What you are asked to do: Set down, character for character, everything in the records below from the line holding "#38=LINE('',#37,#27);" down to the line holding "#60=ORIENTED_EDGE('',*,*,#59,.F.);", and no other line.

Dataset:
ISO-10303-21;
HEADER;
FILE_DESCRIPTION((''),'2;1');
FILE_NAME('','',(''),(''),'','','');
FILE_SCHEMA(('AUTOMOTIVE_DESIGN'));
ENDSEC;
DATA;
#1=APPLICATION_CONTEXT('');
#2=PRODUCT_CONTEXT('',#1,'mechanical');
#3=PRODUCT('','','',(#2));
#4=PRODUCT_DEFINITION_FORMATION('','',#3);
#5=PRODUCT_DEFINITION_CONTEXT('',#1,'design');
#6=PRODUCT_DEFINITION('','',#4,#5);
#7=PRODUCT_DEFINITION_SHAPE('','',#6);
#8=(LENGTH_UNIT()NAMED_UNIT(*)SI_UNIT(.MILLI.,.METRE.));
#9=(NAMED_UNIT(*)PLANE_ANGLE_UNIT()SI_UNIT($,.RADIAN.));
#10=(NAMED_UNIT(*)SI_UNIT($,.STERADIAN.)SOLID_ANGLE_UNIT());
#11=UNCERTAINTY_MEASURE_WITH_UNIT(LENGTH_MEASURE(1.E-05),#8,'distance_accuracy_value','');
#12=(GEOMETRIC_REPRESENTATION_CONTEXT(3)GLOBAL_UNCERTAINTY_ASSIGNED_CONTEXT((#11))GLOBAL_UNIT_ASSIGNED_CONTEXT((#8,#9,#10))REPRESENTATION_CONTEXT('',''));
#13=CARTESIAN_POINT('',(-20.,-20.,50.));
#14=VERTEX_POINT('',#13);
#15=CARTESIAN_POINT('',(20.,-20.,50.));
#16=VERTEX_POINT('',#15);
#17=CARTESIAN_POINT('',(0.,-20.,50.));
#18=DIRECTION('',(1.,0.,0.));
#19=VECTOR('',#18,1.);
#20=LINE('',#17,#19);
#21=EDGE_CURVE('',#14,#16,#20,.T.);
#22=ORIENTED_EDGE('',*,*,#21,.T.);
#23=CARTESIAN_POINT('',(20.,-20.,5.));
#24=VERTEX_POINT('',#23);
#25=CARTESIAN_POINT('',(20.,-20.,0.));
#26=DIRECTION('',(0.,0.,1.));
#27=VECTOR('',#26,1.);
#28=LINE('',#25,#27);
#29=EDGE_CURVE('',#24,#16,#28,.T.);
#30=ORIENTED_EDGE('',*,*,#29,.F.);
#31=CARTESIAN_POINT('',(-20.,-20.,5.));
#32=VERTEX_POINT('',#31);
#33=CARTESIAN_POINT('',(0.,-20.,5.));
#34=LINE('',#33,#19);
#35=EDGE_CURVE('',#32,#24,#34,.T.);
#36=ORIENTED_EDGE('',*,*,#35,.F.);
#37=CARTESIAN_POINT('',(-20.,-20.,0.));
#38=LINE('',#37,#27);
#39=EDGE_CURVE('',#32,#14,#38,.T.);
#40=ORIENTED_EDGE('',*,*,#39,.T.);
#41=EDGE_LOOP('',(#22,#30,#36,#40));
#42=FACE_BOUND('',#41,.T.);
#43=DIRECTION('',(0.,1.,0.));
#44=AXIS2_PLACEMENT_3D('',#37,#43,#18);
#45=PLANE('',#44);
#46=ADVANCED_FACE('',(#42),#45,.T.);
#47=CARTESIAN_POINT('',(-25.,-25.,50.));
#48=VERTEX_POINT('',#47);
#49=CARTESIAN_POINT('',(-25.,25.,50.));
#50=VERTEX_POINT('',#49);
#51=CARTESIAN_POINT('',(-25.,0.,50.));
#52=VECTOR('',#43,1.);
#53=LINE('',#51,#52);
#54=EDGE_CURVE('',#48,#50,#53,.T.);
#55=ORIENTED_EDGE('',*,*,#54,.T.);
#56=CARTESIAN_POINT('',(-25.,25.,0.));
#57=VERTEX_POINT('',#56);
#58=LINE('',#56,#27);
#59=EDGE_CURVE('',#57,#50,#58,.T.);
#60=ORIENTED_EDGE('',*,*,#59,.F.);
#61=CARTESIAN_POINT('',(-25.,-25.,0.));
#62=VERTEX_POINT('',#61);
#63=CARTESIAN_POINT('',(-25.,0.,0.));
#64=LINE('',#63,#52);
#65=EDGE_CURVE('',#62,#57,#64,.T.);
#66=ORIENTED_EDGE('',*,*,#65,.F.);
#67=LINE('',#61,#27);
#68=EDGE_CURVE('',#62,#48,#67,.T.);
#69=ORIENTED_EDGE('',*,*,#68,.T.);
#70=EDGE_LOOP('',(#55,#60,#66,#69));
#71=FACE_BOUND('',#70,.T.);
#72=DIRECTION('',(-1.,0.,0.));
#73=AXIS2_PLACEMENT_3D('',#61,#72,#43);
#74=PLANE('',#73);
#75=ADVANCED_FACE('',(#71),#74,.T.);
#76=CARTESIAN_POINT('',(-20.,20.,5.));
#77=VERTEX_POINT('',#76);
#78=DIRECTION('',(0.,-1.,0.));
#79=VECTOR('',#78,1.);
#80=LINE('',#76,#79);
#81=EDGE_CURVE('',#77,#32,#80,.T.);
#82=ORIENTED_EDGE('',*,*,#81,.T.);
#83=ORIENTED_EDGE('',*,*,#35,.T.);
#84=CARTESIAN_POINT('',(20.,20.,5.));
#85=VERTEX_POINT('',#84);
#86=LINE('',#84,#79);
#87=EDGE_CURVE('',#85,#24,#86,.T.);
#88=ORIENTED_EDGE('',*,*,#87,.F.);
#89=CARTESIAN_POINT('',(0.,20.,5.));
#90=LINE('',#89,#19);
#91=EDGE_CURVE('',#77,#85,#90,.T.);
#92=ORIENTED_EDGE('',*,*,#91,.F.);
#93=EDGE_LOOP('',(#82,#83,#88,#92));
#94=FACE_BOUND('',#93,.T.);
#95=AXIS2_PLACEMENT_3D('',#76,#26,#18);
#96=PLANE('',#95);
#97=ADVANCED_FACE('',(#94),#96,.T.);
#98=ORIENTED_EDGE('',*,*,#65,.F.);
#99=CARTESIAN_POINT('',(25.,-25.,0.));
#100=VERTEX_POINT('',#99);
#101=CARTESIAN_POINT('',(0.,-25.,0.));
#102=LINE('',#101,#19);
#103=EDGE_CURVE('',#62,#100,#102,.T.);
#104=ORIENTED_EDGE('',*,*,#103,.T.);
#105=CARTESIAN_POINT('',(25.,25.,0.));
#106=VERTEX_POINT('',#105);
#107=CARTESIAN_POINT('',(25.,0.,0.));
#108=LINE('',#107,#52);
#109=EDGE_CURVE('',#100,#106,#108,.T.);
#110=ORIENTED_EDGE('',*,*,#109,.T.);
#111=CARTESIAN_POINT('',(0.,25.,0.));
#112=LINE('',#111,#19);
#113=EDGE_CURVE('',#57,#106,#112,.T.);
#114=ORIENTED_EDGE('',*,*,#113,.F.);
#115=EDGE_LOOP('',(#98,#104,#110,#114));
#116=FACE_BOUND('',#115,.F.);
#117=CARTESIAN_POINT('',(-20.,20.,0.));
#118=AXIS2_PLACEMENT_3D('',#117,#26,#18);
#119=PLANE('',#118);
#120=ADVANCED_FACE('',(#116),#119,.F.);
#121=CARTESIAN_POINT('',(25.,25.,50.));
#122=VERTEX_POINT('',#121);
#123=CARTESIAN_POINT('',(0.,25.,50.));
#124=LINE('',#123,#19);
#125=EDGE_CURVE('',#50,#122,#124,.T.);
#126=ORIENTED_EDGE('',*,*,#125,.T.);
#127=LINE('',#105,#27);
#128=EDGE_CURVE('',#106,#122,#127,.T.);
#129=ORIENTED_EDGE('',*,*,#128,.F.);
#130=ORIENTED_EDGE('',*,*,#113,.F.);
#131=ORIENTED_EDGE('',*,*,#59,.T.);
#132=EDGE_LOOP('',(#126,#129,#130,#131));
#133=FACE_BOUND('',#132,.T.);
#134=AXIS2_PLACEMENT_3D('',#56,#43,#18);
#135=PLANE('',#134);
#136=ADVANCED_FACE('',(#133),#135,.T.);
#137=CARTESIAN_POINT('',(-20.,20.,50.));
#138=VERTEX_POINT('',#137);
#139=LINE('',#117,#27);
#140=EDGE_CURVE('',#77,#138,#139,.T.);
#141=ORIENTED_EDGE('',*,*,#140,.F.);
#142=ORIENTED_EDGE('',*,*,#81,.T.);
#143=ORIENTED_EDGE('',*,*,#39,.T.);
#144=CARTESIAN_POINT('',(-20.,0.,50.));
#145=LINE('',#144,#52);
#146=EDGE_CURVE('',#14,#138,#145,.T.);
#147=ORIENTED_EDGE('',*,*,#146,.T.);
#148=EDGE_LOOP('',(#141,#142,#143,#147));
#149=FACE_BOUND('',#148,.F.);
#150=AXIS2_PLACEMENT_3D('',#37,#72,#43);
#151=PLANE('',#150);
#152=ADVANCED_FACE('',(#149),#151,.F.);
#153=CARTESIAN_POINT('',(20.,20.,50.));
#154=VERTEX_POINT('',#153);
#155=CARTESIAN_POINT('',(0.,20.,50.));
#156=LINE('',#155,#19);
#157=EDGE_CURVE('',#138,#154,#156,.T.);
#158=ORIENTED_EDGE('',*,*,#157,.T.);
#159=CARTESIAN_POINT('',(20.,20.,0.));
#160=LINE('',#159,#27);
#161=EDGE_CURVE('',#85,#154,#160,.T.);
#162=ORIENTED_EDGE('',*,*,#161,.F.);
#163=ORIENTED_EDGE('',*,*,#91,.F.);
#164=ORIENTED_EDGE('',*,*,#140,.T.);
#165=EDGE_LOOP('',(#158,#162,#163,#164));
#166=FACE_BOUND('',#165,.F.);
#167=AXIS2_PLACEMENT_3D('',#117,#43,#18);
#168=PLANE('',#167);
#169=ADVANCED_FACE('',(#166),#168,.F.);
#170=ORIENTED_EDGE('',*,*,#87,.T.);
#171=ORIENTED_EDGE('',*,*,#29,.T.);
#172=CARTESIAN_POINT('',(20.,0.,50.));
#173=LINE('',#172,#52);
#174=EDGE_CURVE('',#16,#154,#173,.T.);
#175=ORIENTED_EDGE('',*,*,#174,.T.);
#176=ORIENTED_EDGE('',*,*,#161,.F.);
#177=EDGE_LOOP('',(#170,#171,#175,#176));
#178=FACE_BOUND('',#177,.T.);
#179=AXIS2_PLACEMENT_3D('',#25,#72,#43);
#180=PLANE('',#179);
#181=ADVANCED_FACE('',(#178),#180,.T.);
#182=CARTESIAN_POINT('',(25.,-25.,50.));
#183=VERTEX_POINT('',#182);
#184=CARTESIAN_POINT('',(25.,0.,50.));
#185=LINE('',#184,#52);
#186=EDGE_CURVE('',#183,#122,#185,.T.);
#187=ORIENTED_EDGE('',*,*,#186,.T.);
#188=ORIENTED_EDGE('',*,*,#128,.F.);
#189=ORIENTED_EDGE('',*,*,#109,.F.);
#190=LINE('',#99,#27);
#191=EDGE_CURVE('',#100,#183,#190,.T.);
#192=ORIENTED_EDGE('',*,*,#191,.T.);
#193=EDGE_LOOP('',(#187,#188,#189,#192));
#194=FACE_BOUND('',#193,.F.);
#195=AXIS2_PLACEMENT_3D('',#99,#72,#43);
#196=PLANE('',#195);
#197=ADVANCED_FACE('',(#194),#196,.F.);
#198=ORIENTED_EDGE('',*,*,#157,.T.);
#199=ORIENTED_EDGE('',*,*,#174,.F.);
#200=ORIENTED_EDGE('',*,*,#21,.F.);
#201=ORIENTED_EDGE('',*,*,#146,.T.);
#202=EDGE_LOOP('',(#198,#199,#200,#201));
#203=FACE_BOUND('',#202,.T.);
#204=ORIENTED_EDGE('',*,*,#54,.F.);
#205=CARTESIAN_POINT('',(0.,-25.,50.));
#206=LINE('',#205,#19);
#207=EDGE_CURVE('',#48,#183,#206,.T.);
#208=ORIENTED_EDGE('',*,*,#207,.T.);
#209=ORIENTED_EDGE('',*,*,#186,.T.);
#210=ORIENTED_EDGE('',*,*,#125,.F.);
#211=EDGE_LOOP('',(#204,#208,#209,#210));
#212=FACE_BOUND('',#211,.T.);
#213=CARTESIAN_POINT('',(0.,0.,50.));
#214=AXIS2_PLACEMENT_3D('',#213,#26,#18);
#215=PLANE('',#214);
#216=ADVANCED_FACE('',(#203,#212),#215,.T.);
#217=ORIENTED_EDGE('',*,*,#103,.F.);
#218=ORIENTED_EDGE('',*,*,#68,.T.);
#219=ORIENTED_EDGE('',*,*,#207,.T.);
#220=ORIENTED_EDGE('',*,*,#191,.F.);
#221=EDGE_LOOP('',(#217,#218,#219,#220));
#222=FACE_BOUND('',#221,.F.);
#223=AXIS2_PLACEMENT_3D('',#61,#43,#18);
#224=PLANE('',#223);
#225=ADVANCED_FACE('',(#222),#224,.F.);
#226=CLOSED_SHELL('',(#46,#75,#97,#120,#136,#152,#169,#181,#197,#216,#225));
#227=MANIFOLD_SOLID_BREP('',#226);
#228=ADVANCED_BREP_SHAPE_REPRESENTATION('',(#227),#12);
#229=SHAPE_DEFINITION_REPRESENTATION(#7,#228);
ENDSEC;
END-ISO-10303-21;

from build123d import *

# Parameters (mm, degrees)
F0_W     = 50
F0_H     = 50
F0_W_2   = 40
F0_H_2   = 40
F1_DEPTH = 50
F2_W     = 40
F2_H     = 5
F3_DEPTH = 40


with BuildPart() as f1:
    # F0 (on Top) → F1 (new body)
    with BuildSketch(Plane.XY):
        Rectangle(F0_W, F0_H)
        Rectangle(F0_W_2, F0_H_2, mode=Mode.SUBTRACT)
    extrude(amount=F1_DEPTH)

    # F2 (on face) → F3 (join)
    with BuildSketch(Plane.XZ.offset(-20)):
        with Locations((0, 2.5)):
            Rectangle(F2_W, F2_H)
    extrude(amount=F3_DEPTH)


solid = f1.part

Result for this exercise:
#38=LINE('',#37,#27);
#39=EDGE_CURVE('',#32,#14,#38,.T.);
#40=ORIENTED_EDGE('',*,*,#39,.T.);
#41=EDGE_LOOP('',(#22,#30,#36,#40));
#42=FACE_BOUND('',#41,.T.);
#43=DIRECTION('',(0.,1.,0.));
#44=AXIS2_PLACEMENT_3D('',#37,#43,#18);
#45=PLANE('',#44);
#46=ADVANCED_FACE('',(#42),#45,.T.);
#47=CARTESIAN_POINT('',(-25.,-25.,50.));
#48=VERTEX_POINT('',#47);
#49=CARTESIAN_POINT('',(-25.,25.,50.));
#50=VERTEX_POINT('',#49);
#51=CARTESIAN_POINT('',(-25.,0.,50.));
#52=VECTOR('',#43,1.);
#53=LINE('',#51,#52);
#54=EDGE_CURVE('',#48,#50,#53,.T.);
#55=ORIENTED_EDGE('',*,*,#54,.T.);
#56=CARTESIAN_POINT('',(-25.,25.,0.));
#57=VERTEX_POINT('',#56);
#58=LINE('',#56,#27);
#59=EDGE_CURVE('',#57,#50,#58,.T.);
#60=ORIENTED_EDGE('',*,*,#59,.F.);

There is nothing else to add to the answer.